### EXERCISE PROMPT
Two lines mark the range in the entries below: the one holding "f 690 122 700" and the one holding "v 256 0 168". Set down those two and all lines between them, exactly.

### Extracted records
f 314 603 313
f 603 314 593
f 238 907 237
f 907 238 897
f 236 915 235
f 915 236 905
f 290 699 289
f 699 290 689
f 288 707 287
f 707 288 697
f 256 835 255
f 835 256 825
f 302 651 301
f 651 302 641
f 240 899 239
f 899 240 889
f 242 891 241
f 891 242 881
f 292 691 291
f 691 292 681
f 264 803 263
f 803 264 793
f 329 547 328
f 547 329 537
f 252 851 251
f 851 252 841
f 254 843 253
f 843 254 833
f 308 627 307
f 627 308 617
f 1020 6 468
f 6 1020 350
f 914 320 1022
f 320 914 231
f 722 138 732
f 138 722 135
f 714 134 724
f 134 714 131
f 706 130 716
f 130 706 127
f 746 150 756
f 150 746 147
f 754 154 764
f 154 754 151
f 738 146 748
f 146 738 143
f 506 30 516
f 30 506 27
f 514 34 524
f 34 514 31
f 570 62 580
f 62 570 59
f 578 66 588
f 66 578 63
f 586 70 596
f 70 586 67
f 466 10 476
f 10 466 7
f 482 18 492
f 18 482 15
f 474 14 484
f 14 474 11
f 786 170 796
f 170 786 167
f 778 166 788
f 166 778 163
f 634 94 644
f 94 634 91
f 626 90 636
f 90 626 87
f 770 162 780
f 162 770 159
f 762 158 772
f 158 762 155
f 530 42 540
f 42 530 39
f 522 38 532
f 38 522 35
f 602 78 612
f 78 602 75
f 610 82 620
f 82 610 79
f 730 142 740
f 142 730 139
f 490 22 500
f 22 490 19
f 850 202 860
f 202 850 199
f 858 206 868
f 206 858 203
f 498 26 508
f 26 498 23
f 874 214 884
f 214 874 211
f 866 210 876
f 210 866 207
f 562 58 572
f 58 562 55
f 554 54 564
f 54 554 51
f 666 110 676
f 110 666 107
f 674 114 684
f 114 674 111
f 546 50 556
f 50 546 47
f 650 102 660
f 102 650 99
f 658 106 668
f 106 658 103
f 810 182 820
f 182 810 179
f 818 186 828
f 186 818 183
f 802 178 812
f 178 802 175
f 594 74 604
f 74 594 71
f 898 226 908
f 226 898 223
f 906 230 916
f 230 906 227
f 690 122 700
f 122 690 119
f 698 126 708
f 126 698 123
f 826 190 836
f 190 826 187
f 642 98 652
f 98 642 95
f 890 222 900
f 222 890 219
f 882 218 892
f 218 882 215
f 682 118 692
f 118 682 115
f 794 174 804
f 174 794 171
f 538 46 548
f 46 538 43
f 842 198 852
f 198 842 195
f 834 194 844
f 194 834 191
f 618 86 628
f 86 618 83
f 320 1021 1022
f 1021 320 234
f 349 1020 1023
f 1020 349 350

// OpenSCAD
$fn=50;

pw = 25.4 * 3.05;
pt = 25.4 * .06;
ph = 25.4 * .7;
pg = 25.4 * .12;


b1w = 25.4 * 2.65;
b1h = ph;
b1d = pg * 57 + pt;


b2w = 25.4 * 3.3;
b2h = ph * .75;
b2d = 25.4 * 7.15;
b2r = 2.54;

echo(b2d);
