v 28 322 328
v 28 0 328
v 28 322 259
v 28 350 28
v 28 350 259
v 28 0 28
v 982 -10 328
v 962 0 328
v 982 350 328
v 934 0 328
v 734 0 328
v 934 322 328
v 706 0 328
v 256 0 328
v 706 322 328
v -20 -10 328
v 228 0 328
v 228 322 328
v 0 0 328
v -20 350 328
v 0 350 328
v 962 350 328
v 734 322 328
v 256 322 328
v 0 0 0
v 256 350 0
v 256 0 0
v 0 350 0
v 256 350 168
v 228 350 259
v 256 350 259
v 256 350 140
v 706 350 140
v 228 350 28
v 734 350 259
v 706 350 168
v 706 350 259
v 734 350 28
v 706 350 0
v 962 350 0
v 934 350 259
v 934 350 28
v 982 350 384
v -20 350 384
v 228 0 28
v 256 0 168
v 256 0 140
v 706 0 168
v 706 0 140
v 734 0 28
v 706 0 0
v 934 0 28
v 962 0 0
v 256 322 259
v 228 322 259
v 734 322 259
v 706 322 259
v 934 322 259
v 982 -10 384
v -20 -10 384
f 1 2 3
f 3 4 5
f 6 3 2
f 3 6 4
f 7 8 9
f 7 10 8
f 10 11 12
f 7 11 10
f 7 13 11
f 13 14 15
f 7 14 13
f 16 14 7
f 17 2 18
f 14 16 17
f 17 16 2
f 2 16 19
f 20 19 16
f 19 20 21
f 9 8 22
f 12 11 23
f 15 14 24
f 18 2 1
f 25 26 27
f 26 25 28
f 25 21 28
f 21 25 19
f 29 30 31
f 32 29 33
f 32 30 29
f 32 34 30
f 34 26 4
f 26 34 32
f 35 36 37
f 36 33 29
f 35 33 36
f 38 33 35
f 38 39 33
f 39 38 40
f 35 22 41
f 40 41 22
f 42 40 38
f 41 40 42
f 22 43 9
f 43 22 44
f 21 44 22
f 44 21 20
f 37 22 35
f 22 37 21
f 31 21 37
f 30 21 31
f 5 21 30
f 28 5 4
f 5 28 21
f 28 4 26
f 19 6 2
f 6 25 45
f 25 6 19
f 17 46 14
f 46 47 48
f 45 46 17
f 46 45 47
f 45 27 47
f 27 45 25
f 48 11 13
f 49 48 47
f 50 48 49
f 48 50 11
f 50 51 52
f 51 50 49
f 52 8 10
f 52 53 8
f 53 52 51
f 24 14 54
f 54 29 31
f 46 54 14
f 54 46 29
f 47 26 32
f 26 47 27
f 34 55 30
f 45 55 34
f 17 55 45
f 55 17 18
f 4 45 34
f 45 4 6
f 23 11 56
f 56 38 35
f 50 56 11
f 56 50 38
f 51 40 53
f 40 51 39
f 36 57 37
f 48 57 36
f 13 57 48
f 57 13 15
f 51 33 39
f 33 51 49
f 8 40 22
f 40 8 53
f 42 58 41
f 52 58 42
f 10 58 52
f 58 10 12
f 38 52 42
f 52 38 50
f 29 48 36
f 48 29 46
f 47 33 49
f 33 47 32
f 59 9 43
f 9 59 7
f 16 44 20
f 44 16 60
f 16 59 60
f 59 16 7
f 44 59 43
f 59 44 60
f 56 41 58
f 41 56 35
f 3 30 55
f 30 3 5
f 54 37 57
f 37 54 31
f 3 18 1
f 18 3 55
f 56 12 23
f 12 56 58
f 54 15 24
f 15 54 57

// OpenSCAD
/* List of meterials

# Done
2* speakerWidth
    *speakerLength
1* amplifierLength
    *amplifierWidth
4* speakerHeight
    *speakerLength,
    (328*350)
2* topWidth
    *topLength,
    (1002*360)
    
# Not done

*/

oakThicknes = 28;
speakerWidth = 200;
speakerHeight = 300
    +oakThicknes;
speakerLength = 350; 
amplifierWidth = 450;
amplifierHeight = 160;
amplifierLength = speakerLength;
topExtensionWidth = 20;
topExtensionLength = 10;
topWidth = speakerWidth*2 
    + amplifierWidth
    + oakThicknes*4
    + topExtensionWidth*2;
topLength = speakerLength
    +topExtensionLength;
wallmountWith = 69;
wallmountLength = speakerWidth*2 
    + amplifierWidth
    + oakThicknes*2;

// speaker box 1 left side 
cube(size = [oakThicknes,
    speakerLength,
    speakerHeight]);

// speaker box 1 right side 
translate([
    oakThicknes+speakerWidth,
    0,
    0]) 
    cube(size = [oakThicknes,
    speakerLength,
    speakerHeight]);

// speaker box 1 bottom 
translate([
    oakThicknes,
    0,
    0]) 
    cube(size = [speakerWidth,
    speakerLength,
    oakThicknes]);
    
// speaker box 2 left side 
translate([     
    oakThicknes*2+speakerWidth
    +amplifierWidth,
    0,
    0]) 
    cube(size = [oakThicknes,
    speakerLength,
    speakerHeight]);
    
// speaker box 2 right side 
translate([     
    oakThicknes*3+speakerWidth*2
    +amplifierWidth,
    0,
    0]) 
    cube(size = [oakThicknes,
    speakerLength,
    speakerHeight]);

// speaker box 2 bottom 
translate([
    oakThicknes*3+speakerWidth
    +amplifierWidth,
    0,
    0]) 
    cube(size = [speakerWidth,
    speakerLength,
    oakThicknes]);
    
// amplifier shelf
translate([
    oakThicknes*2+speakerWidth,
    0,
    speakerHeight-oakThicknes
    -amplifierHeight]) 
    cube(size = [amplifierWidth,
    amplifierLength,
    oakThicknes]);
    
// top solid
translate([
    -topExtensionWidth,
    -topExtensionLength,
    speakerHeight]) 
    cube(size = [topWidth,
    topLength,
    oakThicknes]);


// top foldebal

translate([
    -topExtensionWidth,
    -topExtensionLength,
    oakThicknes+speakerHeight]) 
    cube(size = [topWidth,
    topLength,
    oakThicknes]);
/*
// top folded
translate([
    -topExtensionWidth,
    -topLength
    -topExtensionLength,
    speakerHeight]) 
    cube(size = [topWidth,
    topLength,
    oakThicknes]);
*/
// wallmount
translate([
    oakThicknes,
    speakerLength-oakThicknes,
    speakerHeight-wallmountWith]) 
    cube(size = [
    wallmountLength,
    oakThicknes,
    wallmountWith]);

### OUTPUT
f 690 122 700
f 122 690 119
f 698 126 708
f 126 698 123
f 826 190 836
f 190 826 187
f 642 98 652
f 98 642 95
f 890 222 900
f 222 890 219
f 882 218 892
f 218 882 215
f 682 118 692
f 118 682 115
f 794 174 804
f 174 794 171
f 538 46 548
f 46 538 43
f 842 198 852
f 198 842 195
f 834 194 844
f 194 834 191
f 618 86 628
f 86 618 83
f 320 1021 1022
f 1021 320 234
f 349 1020 1023
f 1020 349 350

// OpenSCAD
$fn=50;

pw = 25.4 * 3.05;
pt = 25.4 * .06;
ph = 25.4 * .7;
pg = 25.4 * .12;


b1w = 25.4 * 2.65;
b1h = ph;
b1d = pg * 57 + pt;


b2w = 25.4 * 3.3;
b2h = ph * .75;
b2d = 25.4 * 7.15;
b2r = 2.54;

echo(b2d);
v 28 322 328
v 28 0 328
v 28 322 259
v 28 350 28
v 28 350 259
v 28 0 28
v 982 -10 328
v 962 0 328
v 982 350 328
v 934 0 328
v 734 0 328
v 934 322 328
v 706 0 328
v 256 0 328
v 706 322 328
v -20 -10 328
v 228 0 328
v 228 322 328
v 0 0 328
v -20 350 328
v 0 350 328
v 962 350 328
v 734 322 328
v 256 322 328
v 0 0 0
v 256 350 0
v 256 0 0
v 0 350 0
v 256 350 168
v 228 350 259
v 256 350 259
v 256 350 140
v 706 350 140
v 228 350 28
v 734 350 259
v 706 350 168
v 706 350 259
v 734 350 28
v 706 350 0
v 962 350 0
v 934 350 259
v 934 350 28
v 982 350 384
v -20 350 384
v 228 0 28
v 256 0 168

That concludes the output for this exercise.